While I'll be the first to admit I think most parents tend to believe their children are a bit brighter than they actually are, JP Fugler's recent blog post, entitled, "Your Child Is Not Special," still rubbed me the wrong way.
Fugler starts his piece with this:
"'You don't understand. My kid always makes straight As.'
That might be the most damaging statement to a child's education. Like many teachers, I receive a version of that story multiple times in e-mails, phone conversations, and parent-teacher conferences regularly. The parent is always well-intentioned when they say it, but this mentality is becoming an epidemic threatening educators nationwide."
I admit I'm interested initially. Please continue...
"I wish more parents understood that their child is not special. That they would listen to teachers like David McCullough Jr. when he told the 2012 graduating class of his school that there were 37,000 valedictorians in this country that year. That they would give their kids a more realistic expectation of life. It worries me when 41 percent of my male students claim they will have a future career path that involves a professional sport. Yet, statistically, not one of them will fulfill that dream."
Okay... That initial interest is starting to fade, but go on...

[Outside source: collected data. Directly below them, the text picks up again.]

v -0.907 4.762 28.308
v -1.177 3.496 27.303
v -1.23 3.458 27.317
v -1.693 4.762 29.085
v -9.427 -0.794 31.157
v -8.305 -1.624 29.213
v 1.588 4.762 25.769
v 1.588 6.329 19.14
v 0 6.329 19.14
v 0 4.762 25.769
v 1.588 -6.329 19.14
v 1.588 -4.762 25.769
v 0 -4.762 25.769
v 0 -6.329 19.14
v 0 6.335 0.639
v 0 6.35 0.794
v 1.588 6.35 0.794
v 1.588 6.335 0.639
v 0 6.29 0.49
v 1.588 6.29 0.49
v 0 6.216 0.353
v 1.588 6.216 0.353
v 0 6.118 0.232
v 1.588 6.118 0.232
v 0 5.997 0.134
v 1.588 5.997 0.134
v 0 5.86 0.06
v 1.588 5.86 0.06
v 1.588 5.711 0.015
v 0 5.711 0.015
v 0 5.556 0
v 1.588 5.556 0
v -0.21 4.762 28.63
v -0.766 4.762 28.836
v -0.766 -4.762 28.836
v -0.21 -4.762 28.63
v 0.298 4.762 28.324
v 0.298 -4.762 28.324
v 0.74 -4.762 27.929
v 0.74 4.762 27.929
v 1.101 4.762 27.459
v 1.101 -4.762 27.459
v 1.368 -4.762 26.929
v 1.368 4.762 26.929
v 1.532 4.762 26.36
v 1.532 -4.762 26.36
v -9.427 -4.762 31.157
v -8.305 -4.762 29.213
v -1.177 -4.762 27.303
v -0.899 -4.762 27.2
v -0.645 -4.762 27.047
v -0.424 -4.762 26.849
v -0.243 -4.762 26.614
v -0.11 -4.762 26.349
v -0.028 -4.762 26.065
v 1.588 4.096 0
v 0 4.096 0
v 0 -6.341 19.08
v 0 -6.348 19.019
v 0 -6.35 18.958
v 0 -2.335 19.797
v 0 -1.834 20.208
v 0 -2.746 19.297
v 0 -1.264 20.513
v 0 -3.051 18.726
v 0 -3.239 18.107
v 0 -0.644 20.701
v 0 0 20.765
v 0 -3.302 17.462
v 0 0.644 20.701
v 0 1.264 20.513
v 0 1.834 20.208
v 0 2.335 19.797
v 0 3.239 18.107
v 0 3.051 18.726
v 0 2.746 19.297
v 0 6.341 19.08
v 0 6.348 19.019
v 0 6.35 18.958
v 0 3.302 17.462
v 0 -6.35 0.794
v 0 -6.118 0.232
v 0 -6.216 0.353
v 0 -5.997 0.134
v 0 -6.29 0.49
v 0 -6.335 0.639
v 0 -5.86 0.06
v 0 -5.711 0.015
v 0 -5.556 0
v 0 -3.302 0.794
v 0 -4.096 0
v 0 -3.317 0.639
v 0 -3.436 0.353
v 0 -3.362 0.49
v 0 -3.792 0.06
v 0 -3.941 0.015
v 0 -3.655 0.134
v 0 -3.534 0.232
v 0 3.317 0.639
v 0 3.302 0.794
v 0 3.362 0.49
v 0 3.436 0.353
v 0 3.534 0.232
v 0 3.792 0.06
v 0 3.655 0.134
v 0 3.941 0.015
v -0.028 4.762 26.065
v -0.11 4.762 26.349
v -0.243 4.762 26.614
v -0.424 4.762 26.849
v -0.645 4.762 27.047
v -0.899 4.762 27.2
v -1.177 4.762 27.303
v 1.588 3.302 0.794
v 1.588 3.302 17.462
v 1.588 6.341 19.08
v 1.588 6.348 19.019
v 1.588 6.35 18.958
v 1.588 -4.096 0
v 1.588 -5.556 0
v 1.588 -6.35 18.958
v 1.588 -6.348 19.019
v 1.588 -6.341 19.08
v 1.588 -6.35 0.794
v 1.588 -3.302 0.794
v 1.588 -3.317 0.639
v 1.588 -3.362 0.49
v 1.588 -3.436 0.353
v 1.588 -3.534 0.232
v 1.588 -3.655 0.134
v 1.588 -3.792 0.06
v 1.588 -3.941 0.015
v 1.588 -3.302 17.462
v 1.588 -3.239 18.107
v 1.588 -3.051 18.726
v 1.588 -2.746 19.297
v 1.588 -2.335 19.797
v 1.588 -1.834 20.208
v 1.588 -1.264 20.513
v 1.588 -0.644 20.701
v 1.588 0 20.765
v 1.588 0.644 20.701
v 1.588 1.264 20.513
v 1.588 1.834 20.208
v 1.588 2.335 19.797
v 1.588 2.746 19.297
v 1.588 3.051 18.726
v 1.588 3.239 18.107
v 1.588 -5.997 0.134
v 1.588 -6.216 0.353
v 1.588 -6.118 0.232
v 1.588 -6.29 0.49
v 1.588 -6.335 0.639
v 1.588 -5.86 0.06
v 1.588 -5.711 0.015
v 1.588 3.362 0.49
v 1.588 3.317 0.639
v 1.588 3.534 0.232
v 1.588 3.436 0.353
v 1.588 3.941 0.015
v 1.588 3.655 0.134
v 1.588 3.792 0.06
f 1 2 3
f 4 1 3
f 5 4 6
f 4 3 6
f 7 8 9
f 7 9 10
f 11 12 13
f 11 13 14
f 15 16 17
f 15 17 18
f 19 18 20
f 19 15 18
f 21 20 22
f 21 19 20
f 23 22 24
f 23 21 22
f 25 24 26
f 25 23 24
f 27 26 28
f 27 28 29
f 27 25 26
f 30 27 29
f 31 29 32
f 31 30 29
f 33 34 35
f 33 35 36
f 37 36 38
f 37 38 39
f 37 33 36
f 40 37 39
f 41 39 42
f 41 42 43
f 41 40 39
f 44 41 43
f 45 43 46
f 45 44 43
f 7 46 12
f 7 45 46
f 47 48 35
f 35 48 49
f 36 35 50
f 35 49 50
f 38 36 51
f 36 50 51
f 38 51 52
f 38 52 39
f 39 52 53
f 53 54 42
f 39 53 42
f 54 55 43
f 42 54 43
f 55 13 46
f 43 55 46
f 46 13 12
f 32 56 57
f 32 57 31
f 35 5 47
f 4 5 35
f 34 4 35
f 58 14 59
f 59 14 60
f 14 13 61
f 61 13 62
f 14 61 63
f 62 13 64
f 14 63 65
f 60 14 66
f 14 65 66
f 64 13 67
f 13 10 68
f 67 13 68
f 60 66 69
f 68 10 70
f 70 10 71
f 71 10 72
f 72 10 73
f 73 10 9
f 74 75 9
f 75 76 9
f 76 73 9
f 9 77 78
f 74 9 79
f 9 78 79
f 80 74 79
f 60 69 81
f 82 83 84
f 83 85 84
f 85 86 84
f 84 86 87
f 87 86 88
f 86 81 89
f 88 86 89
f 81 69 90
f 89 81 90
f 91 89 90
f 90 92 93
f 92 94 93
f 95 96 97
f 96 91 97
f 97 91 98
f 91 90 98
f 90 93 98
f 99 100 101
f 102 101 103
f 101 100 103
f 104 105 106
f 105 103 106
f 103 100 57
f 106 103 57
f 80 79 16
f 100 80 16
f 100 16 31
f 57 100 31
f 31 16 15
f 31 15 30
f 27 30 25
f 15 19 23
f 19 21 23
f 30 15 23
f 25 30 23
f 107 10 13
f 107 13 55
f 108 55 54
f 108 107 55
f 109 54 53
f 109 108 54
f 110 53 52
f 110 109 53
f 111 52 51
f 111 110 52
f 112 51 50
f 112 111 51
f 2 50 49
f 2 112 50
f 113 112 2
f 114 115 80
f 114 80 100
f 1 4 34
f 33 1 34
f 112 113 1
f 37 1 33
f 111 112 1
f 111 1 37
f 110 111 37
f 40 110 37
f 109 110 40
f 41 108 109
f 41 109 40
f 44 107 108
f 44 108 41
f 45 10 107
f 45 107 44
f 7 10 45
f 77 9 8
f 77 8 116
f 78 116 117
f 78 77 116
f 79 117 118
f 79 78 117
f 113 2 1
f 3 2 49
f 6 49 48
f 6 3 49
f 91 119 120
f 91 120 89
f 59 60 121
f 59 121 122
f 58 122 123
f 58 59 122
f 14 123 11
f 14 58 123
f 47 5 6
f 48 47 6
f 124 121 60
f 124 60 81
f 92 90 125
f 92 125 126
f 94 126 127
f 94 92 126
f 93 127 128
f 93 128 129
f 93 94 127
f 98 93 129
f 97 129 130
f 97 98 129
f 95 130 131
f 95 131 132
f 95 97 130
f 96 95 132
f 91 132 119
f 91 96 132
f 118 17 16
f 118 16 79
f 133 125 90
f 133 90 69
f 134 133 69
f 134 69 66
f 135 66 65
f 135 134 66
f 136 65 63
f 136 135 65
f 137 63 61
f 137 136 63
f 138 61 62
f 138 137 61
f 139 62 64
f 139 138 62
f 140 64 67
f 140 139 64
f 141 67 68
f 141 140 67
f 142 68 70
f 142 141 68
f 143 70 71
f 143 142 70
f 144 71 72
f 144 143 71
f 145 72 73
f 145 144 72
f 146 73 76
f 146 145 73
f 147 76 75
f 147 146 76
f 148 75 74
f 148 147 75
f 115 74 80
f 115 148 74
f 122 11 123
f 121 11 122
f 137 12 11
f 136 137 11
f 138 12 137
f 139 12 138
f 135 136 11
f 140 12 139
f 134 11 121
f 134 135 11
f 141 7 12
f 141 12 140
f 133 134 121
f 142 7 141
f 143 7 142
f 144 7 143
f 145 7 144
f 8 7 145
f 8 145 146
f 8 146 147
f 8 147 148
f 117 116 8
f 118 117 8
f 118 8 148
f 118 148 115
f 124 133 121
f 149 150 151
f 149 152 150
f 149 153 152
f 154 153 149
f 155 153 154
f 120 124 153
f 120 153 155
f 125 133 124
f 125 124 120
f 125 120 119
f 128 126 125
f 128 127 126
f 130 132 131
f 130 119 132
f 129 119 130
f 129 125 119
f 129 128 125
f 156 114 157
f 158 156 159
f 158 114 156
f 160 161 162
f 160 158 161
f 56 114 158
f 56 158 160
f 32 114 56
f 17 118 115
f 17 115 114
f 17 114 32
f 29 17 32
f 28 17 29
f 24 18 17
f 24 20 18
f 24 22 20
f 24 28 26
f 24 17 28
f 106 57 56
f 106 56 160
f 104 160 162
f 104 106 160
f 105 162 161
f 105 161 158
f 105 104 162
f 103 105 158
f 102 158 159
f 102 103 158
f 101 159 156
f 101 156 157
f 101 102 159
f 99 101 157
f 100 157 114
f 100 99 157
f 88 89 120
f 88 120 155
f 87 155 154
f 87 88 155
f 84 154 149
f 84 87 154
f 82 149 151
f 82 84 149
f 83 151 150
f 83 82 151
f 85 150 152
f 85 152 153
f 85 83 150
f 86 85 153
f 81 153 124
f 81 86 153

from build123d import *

# Parameters (mm, degrees)
BASE_FLANGE1_DEPTH  = 4.7625
CUT_EXTRUDE2_DEPTH  = 33.017769542
CUT_EXTRUDE3_REACH  = 35.526
TAB1_DEPTH          = 1.5875
BREAK_CORNER1_DEPTH = 1.5875
CUT_EXTRUDE7_REACH  = 32.474
SKETCH10_W          = 10.847778963
SKETCH10_H          = 1.122532015
CUT_EXTRUDE8_DEPTH  = 7.9375
CUT_EXTRUDE9_REACH  = 32.812
CUT_EXTRUDE4_DEPTH  = 35.511511322


# Read off the part's stored shape, not the designer's step: Break-Corner1
# Sheet-metal steps are written as plain solids
with BuildPart() as part:
    # Sketch1 → Base-Flange1 (new, symmetric)
    with BuildSketch(Plane(origin=(0, 0, 0), x_dir=(1, 0, 0), z_dir=(0, 1, 0))):
        with BuildLine():
            Line((0, 0), (0, -25.769368407))
            ThreePointArc((0, -25.769368407), (-0.328051572, -26.735777175), (-1.176624766, -27.302775656))
            Line((-1.176624766, -27.302775656), (-9.838340911, -29.623675502))
            Line((-9.838340911, -29.623675502), (-9.427465677, -31.157082751))
            Line((-9.427465677, -31.157082751), (-0.765749532, -28.836182905))
            ThreePointArc((-0.765749532, -28.836182905), (0.931396855, -27.702185944), (1.5875, -25.769368407))
            Line((1.5875, -25.769368407), (1.5875, 0))
            Line((1.5875, 0), (0, 0))
        make_face()
    extrude(amount=BASE_FLANGE1_DEPTH, both=True)

    # Sketch4 → Cut-Extrude2 (cut, through all)
    with BuildSketch(Plane(origin=(7.157750234, 0, 26.713087542), x_dir=(0.9659258262890691, 0, -0.2588190451025182), z_dir=(0.2588190451025182, 0, 0.9659258262890691))):
        Polygon((-17.17027898, 4.7625), (-17.17027898, -0.79375), (-9.162982379, 4.7625), align=None)
    extrude(amount=-CUT_EXTRUDE2_DEPTH, mode=Mode.SUBTRACT)

    # Sketch5 → Cut-Extrude3 (cut, up to next)
    with BuildSketch(Plane(origin=(1.5875, 0, 0), x_dir=(0, 0, -1), z_dir=(1, 0, 0)), mode=Mode.PRIVATE) as cut_extrude3_sk1:
        with BuildLine():
            Line((0, -3.302), (-17.4625, -3.302))
            ThreePointArc((-17.4625, -3.302), (-20.7645, 0), (-17.4625, 3.302))
            Line((-17.4625, 3.302), (0, 3.302))
            ThreePointArc((0, 3.302), (3.302, 0), (0, -3.302))
        make_face()
    cut_extrude3_tool1 = extrude(cut_extrude3_sk1.sketch, amount=-CUT_EXTRUDE3_REACH, mode=Mode.PRIVATE) & part.part
    add(cut_extrude3_tool1.solids().sort_by_distance((1.5875, 0, 8.73125))[0], mode=Mode.SUBTRACT)

    # Sketch6 → Tab1 (add)
    with BuildSketch(Plane(origin=(1.5875, 0, 0), x_dir=(0, 0, -1), z_dir=(1, 0, 0))):
        Polygon((-25.769368407, 4.7625), (0, 4.7625), (0, 6.35), (-19.05, 6.35), align=None)
        Polygon((0, -4.7625), (-25.769368407, -4.7625), (-19.05, -6.35), (0, -6.35), align=None)
    extrude(amount=-TAB1_DEPTH)

    # Break-Corner1 outline → Break-Corner1 (cut)
    with BuildSketch(Plane.YZ):
        with BuildLine():
            ThreePointArc((-3.302, 0.79375), (-3.534483992, 0.232483992), (-4.09575, 0))
            Line((-4.09575, 0), (-3.302, 0))
            Line((-3.302, 0), (-3.302, 0.79375))
        make_face()
        with BuildLine():
            ThreePointArc((-5.55625, 0), (-6.117516008, 0.232483992), (-6.35, 0.79375))
            Line((-6.35, 0.79375), (-6.35, 0))
            Line((-6.35, 0), (-5.55625, 0))
        make_face()
        with BuildLine():
            ThreePointArc((-6.35, 18.957508511), (-6.344665491, 19.049378398), (-6.328733667, 19.140013435))
            Line((-6.328733667, 19.140013435), (-6.35, 19.05))
            Line((-6.35, 19.05), (-6.35, 18.957508511))
        make_face()
        with BuildLine():
            Line((3.302, 0), (4.09575, 0))
            ThreePointArc((4.09575, 0), (3.534483992, 0.232483992), (3.302, 0.79375))
            Line((3.302, 0.79375), (3.302, 0))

"Look, I'm not saying I hate students. Why else would I enter a field grossly underfunded where I am overworked for laughable compensation? I love students. What I do hate is any law, attitude, or person that gets in my way of teaching them."
You don't hate your students, but want to tell them all to their faces, "Yo kid, you ain't special! Capsiche?" Gotcha...
"Still, parents don't think I get it.
The thing is that I do get it. I was that kid with a perfect GPA. I avoided enrolling in classes that could jeopardize my rank, no matter how interesting I found the subject or how much it could benefit me beyond college acceptance. I still remember the first time I received a report card with a grade other than an A. I stared at that 70 in disbelief.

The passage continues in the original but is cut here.